The cs-552-2026-ma-que/general_knowledge_model is a specialized language model developed by Ma Que for the EPFL CS-552 course. It is based on the Qwen3-1.7B-Base model and has undergone LoRA SFT (Supervised Fine-Tuning) to excel in general knowledge multiple-choice answering. The model is designed to produce reasoning traces before committing to a final, single-letter boxed answer, adhering to a specific output contract for automated parsing.

Key Capabilities

  • General Knowledge Multiple-Choice Answering: Optimized to read questions with lettered options and select the correct one.
  • Reasoning-Style Responses: Trained to generate internal thought processes (<think>...</think>) before providing the final answer.
  • Structured Output: Emits the final answer in the format \boxed{X} for compatibility with parsers like OpenCompass/vLLM.
  • LoRA Fine-Tuning: Utilizes LoRA with rank 256 and alpha 256, targeting key attention and feed-forward projection layers for efficient adaptation.

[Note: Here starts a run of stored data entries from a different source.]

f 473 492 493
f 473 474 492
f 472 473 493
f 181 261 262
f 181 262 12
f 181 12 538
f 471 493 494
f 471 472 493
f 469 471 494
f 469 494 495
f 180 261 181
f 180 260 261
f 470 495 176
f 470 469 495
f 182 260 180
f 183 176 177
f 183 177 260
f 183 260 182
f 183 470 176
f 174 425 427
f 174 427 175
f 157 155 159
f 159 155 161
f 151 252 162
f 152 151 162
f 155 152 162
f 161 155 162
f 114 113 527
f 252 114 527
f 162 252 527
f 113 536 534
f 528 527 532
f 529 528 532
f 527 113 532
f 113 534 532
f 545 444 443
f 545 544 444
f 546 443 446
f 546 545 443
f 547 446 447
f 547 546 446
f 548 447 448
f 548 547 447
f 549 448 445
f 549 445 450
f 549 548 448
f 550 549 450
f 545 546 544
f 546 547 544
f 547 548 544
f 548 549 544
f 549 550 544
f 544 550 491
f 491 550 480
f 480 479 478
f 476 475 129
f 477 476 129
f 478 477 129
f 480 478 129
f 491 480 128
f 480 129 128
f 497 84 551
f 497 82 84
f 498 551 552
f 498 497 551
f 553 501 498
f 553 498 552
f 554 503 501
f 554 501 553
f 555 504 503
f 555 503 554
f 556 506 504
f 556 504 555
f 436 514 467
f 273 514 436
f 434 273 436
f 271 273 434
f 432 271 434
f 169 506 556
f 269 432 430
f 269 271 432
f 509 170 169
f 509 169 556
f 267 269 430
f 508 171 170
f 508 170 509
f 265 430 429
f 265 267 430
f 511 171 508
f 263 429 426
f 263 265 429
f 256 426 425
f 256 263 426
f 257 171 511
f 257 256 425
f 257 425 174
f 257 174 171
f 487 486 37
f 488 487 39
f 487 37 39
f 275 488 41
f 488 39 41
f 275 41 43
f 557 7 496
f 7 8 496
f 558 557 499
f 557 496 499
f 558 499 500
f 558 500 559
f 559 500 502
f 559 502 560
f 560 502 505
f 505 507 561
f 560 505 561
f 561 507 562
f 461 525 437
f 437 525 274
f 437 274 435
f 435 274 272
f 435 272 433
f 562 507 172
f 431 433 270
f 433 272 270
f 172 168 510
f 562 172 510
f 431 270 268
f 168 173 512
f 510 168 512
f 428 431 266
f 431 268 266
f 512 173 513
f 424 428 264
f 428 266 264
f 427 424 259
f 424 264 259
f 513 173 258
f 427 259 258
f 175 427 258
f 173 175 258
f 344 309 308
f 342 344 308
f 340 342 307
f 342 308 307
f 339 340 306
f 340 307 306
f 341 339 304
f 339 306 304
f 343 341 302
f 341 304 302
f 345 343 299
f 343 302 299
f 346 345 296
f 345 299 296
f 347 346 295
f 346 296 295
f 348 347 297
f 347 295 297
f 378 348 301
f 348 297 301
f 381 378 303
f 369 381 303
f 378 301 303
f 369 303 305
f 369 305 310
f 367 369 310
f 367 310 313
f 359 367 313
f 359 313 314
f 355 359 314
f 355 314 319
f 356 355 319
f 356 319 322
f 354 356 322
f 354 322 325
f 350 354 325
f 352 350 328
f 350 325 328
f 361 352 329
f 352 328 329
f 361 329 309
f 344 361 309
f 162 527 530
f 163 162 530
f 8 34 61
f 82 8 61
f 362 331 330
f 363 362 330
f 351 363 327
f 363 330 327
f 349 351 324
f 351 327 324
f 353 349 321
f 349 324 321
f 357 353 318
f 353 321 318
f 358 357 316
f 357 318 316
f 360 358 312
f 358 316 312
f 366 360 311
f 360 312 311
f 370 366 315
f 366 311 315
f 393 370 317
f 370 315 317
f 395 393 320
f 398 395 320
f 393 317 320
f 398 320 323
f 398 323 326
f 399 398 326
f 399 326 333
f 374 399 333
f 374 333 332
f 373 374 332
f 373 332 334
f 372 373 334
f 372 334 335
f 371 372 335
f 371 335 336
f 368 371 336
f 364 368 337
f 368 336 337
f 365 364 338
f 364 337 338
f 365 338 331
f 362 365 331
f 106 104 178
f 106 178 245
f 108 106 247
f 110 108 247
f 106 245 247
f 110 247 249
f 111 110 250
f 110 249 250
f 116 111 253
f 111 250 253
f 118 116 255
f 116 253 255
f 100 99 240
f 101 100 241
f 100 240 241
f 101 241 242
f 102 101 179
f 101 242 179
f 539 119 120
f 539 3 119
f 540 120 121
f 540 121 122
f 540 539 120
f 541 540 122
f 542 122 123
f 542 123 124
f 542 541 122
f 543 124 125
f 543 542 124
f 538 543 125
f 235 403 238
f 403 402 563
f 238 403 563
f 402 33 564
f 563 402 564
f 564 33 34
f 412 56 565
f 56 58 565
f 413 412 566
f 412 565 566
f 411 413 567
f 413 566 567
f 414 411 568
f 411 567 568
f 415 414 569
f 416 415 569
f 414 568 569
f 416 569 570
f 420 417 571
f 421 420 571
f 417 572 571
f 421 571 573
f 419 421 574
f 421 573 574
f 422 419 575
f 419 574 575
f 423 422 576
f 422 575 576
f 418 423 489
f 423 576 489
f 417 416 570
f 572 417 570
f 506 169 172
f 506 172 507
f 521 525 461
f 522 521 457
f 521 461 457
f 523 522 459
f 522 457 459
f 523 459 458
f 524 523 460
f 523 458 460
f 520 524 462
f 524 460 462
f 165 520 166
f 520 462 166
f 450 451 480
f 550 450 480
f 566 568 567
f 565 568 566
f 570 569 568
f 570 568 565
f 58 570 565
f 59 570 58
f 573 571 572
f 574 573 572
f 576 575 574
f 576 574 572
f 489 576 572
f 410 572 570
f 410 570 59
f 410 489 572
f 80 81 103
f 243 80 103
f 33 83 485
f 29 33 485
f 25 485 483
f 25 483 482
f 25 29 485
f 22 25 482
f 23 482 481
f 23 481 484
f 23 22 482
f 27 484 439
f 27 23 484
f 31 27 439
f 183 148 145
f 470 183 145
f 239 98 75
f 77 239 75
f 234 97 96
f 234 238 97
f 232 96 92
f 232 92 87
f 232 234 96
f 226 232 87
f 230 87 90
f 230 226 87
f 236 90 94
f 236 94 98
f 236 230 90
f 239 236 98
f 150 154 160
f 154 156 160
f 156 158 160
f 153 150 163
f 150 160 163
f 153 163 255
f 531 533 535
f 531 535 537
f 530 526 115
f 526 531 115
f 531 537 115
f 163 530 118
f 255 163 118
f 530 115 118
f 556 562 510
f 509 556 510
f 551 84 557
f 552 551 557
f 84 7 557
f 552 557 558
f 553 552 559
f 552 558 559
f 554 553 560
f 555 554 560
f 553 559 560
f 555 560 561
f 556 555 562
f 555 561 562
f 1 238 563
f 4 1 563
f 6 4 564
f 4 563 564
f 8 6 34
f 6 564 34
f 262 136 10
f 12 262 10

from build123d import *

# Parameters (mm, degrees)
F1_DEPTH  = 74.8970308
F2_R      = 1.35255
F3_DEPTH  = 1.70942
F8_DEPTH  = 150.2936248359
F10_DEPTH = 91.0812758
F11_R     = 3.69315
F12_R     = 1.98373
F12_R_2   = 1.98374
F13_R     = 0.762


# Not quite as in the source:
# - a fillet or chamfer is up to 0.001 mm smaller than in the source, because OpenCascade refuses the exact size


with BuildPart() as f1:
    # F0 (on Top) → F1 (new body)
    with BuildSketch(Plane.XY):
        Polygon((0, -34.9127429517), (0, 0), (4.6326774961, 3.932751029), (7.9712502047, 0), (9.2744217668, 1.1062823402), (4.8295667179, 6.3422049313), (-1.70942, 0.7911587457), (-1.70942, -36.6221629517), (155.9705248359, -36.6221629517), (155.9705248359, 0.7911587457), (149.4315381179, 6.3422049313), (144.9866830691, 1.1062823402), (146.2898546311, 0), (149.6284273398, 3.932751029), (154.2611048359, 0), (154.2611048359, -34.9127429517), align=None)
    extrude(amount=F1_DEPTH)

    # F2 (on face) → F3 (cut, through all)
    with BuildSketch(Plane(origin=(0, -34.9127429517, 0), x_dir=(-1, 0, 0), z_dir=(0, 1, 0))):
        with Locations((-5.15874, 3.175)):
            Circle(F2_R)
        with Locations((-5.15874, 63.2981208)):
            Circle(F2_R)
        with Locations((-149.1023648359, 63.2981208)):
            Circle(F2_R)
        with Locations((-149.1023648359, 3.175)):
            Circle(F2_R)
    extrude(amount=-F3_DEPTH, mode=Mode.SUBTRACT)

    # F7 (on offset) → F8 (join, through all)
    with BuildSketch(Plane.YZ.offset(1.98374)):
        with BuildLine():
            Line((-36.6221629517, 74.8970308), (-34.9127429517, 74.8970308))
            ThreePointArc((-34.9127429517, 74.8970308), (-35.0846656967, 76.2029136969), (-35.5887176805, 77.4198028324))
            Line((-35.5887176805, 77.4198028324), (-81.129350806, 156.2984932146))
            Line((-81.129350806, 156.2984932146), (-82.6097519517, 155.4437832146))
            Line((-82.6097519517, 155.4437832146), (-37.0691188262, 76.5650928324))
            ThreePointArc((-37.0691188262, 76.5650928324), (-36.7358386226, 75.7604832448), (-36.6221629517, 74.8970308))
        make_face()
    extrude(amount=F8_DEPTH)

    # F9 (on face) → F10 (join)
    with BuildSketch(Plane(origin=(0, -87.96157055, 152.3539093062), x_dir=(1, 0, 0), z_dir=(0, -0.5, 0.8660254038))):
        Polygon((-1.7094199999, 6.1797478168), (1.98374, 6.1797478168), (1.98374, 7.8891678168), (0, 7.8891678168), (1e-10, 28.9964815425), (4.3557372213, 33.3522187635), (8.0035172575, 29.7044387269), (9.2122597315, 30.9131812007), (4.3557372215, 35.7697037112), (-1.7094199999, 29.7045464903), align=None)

Intended Use & Limitations

This model is primarily a research artifact for the CS-552 general knowledge benchmark. It is intended for academic evaluation and producing structured multiple-choice answers. Users should be aware that it is not an authoritative factual system and may contain outdated, incomplete, or incorrect information. Outputs require verification before any real-world or safety-critical applications.